Per cui devo passare sulla strada con le macchine in doppia fila con il rischio continuo di essere investita di nuovo!

Si eseguono nuovi lavori stradali che non sono controllati da nessuno, per cui continuano a fare gli stessi errori.
Mancanza di scivoli.
Mancanza di accesso nei posti disabili dal marciapiede.
Mancanza di accesso ai vari negozi (anche a quelli aperti di recente!).
Mancanza di bagni nei locali pubblici, agenzie e banche/poste con i bancomat inaccessibili.

Ho chiesto il colore del contrassegno e la segnaletica di colore diverso per il carrozzato che guida! Almeno un posto macchina per ogni via centrale, visto che chi guida non può risalire in auto dalla parte del guidatore se manca lo spazio per la carrozzina. Considerando che su dieci auto sette hanno il contrassegno, quali possibilità posso avere io di parcheggiare?
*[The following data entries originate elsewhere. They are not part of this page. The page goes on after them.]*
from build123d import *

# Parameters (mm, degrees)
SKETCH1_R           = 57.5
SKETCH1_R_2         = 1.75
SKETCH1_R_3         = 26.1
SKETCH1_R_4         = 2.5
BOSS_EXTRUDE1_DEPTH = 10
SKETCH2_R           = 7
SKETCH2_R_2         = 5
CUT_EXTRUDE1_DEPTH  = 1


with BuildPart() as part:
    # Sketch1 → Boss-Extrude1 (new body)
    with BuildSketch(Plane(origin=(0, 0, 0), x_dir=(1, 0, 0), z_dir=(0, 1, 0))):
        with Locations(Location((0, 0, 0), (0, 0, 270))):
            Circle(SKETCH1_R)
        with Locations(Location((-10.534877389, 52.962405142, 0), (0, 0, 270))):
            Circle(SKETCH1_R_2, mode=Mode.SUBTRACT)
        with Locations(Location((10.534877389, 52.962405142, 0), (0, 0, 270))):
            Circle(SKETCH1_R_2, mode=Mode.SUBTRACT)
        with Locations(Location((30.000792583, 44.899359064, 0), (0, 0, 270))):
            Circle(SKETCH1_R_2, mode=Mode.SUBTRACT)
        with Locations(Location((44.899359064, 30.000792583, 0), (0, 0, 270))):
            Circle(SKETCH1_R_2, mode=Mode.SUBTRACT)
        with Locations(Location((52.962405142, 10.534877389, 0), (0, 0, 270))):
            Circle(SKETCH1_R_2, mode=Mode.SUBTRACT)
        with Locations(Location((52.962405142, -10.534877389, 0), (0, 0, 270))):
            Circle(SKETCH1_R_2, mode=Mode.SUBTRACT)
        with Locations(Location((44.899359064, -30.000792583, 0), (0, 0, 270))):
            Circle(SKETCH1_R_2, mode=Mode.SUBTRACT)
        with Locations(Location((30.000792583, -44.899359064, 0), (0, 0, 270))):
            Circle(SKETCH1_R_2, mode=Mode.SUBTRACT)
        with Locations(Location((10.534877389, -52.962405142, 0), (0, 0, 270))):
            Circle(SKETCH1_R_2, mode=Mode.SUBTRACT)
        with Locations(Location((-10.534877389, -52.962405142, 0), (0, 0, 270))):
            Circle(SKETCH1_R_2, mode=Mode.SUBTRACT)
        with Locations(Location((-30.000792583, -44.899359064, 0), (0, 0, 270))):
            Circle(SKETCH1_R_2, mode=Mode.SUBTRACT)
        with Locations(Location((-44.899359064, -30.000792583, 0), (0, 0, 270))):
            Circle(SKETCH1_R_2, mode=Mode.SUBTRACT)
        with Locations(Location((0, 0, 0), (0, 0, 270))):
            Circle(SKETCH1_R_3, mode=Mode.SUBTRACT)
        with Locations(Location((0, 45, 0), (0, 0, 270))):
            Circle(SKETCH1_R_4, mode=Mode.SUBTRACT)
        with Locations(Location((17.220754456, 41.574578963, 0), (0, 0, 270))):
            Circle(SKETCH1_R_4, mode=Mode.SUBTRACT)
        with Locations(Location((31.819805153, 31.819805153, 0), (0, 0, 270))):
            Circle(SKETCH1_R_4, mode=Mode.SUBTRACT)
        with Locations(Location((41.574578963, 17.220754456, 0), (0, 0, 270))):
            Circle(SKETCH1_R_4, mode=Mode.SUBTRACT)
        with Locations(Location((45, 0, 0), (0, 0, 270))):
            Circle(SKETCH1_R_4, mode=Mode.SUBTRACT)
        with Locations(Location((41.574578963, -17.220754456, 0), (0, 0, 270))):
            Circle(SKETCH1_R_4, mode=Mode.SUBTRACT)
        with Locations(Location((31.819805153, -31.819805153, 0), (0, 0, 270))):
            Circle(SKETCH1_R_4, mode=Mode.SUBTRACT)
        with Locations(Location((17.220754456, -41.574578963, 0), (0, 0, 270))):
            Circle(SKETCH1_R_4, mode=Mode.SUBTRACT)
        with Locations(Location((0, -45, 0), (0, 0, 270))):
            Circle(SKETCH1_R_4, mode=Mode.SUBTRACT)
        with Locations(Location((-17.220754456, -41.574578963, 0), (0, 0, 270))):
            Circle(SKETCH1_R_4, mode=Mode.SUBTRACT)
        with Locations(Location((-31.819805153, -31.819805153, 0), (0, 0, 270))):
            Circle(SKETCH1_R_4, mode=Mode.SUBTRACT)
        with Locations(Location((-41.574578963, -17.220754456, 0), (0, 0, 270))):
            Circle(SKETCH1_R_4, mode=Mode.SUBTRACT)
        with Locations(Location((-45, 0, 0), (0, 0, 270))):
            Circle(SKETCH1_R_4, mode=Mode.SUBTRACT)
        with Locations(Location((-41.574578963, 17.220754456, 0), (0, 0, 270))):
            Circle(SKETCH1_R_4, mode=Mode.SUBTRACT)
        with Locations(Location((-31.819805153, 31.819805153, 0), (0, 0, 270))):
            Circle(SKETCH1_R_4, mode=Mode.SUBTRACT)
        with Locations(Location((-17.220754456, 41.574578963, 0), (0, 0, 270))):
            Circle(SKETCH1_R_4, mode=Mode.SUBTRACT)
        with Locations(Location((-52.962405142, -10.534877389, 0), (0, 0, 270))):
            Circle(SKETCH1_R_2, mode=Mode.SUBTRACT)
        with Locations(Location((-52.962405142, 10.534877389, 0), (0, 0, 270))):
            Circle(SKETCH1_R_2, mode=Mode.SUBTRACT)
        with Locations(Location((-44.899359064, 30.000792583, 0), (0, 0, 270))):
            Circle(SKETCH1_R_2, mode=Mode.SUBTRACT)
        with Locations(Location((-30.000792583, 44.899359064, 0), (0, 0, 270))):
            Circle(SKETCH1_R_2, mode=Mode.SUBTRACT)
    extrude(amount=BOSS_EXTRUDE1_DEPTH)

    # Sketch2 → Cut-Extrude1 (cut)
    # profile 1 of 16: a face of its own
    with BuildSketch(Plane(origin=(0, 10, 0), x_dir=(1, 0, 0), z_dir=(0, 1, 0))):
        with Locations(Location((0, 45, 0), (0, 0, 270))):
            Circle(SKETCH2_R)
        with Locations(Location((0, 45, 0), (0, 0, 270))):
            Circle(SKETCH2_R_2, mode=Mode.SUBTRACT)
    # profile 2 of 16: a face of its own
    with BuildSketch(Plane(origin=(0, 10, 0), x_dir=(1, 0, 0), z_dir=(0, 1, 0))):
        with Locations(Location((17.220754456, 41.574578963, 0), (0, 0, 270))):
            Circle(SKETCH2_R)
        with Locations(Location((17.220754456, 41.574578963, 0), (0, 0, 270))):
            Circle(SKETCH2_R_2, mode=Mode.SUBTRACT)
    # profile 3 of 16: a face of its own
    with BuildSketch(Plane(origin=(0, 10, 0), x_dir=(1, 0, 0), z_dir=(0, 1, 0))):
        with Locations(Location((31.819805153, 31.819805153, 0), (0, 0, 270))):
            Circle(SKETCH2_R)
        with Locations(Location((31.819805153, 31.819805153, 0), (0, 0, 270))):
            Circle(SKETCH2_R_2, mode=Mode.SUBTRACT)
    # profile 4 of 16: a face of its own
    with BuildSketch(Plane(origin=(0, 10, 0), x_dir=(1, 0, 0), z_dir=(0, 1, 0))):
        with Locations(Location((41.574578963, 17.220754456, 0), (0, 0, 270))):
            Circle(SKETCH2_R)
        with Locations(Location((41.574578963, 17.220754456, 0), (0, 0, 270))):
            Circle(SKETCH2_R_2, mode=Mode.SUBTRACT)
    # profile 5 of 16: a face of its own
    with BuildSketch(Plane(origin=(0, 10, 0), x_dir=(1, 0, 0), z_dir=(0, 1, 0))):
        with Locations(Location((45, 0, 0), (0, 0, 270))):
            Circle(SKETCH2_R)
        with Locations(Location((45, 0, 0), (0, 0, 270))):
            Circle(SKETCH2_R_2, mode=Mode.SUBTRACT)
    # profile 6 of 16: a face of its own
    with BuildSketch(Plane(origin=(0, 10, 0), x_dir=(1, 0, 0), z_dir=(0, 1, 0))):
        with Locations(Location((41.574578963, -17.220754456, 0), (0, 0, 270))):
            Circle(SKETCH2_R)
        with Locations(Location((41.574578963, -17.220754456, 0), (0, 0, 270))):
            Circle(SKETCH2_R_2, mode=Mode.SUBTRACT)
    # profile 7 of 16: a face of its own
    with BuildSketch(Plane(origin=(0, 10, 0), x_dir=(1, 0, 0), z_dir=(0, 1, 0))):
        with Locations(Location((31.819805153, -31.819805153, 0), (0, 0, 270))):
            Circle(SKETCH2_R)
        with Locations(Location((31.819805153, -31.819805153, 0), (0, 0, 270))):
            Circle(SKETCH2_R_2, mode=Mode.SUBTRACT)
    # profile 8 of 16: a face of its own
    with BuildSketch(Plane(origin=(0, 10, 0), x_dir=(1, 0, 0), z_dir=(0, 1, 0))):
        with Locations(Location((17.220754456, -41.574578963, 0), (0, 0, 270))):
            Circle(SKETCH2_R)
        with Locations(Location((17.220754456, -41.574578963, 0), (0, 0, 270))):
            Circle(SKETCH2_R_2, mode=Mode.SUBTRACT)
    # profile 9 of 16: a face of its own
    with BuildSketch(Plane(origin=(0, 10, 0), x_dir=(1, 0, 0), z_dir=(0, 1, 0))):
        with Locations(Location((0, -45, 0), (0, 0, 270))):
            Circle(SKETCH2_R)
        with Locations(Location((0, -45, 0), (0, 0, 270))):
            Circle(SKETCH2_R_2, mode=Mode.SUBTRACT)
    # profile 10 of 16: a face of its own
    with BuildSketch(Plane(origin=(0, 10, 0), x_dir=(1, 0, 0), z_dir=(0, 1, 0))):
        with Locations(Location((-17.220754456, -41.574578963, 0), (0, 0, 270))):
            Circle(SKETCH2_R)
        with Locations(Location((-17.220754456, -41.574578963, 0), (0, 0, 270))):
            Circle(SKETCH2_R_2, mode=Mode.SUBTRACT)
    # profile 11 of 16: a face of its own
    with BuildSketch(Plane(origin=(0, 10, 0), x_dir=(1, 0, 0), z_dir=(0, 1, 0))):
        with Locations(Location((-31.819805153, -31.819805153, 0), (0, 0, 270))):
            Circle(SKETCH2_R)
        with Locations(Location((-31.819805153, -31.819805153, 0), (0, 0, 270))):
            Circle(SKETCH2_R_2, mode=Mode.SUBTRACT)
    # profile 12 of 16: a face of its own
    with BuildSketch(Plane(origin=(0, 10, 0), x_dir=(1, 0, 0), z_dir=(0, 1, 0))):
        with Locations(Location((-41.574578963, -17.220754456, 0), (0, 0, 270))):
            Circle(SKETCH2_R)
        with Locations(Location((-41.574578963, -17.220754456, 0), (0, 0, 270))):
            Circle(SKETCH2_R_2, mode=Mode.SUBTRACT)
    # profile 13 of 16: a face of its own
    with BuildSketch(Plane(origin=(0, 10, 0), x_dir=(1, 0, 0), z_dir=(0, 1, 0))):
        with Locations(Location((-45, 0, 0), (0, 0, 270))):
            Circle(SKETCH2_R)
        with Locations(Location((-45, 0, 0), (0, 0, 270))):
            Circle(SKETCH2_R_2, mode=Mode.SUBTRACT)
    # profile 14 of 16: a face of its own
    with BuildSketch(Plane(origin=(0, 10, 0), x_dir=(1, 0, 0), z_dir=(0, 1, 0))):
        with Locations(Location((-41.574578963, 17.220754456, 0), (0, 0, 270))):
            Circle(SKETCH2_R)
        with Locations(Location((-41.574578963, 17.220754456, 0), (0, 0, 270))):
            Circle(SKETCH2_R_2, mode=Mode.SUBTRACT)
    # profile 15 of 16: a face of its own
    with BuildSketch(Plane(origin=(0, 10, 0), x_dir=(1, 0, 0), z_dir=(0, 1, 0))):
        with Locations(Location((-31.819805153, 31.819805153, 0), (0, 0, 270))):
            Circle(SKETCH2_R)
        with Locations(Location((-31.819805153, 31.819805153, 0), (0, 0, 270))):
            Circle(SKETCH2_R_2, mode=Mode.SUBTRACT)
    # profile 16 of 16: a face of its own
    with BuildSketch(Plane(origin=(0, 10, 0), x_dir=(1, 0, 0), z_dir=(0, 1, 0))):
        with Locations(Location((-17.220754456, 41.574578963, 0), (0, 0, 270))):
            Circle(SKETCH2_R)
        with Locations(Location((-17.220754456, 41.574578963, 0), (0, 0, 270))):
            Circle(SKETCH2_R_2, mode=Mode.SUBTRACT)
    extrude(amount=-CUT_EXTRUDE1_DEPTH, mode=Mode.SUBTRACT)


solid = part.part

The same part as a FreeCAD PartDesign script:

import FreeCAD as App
import Part
import Sketcher

doc = App.newDocument("Part")
body = doc.addObject("PartDesign::Body", "Body")

# Sketch on XZ plane
sketch1 = body.newObject("Sketcher::SketchObject", "Sketch")
sketch1.AttachmentSupport = (doc.getObject("XZ_Plane"), [""])
sketch1.MapMode = "FlatFace"
sketch1.addGeometry([
    Part.Circle(App.Vector(0, 0, 0), App.Vector(0, 0, 1), 57.5),  # 0
    Part.Circle(App.Vector(-44.9, -30, 0), App.Vector(0, 0, 1), 1.8),  # 1
    Part.Circle(App.Vector(-30, -44.9, 0), App.Vector(0, 0, 1), 1.8),  # 2
    Part.Circle(App.Vector(-31.8, -31.8, 0), App.Vector(0, 0, 1), 2.5),  # 3
    Part.Circle(App.Vector(-41.6, -17.2, 0), App.Vector(0, 0, 1), 2.5),  # 4
    Part.Circle(App.Vector(-53, -10.5, 0), App.Vector(0, 0, 1), 1.8),  # 5
    Part.Circle(App.Vector(-17.2, -41.6, 0), App.Vector(0, 0, 1), 2.5),  # 6
    Part.Circle(App.Vector(-10.5, -53, 0), App.Vector(0, 0, 1), 1.8),  # 7
    Part.Circle(App.Vector(0, -45, 0), App.Vector(0, 0, 1), 2.5),  # 8
    Part.Circle(App.Vector(-53, 10.5, 0), App.Vector(0, 0, 1), 1.8),  # 9
    Part.Circle(App.Vector(-45, 0, 0), App.Vector(0, 0, 1), 2.5),  # 10
    Part.Circle(App.Vector(-41.6, 17.2, 0), App.Vector(0, 0, 1), 2.5),  # 11
    Part.Circle(App.Vector(-44.9, 30, 0), App.Vector(0, 0, 1), 1.8),  # 12
    Part.Circle(App.Vector(-31.8, 31.8, 0), App.Vector(0, 0, 1), 2.5),  # 13
    Part.Circle(App.Vector(-30, 44.9, 0), App.Vector(0, 0, 1), 1.8),  # 14
    Part.Circle(App.Vector(-17.2, 41.6, 0), App.Vector(0, 0, 1), 2.5),  # 15
    Part.Circle(App.Vector(-10.5, 53, 0), App.Vector(0, 0, 1), 1.8),  # 16
    Part.Circle(App.Vector(10.5, -53, 0), App.Vector(0, 0, 1), 1.8),  # 17
    Part.Circle(App.Vector(17.2, -41.6, 0), App.Vector(0, 0, 1), 2.5),  # 18
    Part.Circle(App.Vector(30, -44.9, 0), App.Vector(0, 0, 1), 1.8),  # 19
    Part.Circle(App.Vector(31.8, -31.8, 0), App.Vector(0, 0, 1), 2.5),  # 20
    Part.Circle(App.Vector(44.9, -30, 0), App.Vector(0, 0, 1), 1.8),  # 21
    Part.Circle(App.Vector(41.6, -17.2, 0), App.Vector(0, 0, 1), 2.5),  # 22
    Part.Circle(App.Vector(45, 0, 0), App.Vector(0, 0, 1), 2.5),  # 23
    Part.Circle(App.Vector(53, -10.5, 0), App.Vector(0, 0, 1), 1.8),  # 24
    Part.Circle(App.Vector(0, 0, 0), App.Vector(0, 0, 1), 26.1),  # 25
    Part.Circle(App.Vector(0, 45, 0), App.Vector(0, 0, 1), 2.5),  # 26
    Part.Circle(App.Vector(10.5, 53, 0), App.Vector(0, 0, 1), 1.8),  # 27
    Part.Circle(App.Vector(17.2, 41.6, 0), App.Vector(0, 0, 1), 2.5),  # 28
    Part.Circle(App.Vector(53, 10.5, 0), App.Vector(0, 0, 1), 1.8),  # 29
    Part.Circle(App.Vector(41.6, 17.2, 0), App.Vector(0, 0, 1), 2.5),  # 30
    Part.Circle(App.Vector(31.8, 31.8, 0), App.Vector(0, 0, 1), 2.5),  # 31
    Part.Circle(App.Vector(30, 44.9, 0), App.Vector(0, 0, 1), 1.8),  # 32
    Part.Circle(App.Vector(44.9, 30, 0), App.Vector(0, 0, 1), 1.8),  # 33
], False)
sketch1.addConstraint([
    Sketcher.Constraint("Coincident", 0, 3, -1, 1),
    Sketcher.Constraint("Coincident", 25, 3, -1, 1),
    Sketcher.Constraint("Equal", 1, 2),
    Sketcher.Constraint("Equal", 3, 4),
    Sketcher.Constraint("Equal", 2, 5),
    Sketcher.Constraint("Equal", 4, 6),
    Sketcher.Constraint("Equal", 5, 7),
    Sketcher.Constraint("Equal", 6, 8),
    Sketcher.Constraint("Equal", 7, 9),
    Sketcher.Constraint("Equal", 8, 10),
    Sketcher.Constraint("Equal", 10, 11),
    Sketcher.Constraint("Equal", 9, 12),
    Sketcher.Constraint("Equal", 11, 13),
    Sketcher.Constraint("Equal", 12, 14),
    Sketcher.Constraint("Equal", 13, 15),
    Sketcher.Constraint("Equal", 14, 16),
    Sketcher.Constraint("Equal", 16, 17),
    Sketcher.Constraint("Equal", 15, 18),
    Sketcher.Constraint("Equal", 17, 19),
    Sketcher.Constraint("Equal", 18, 20),
    Sketcher.Constraint("Equal", 19, 21),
La vergogna più evidente è vedere sotto la circoscrizione dove abito, che dovrebbe rappresentarci (noi, i cittadini) e dare l'esempio, macchine in doppia e terza fila, macchine di assessori e consiglieri sui marciapiedi, sugli scivoli, nella zona della ricarica elettrica delle auto e carrozzine elettriche (ho le foto!), in curva addirittura ostruendo il passaggio dei pedoni.
I miei vari interventi sono andati a vuoto ed io sono costretta a spostarmi all'estero per trovare una situazione dignitosa e vivibile. Ma io sono italiana e amo vivere nel mio Paese!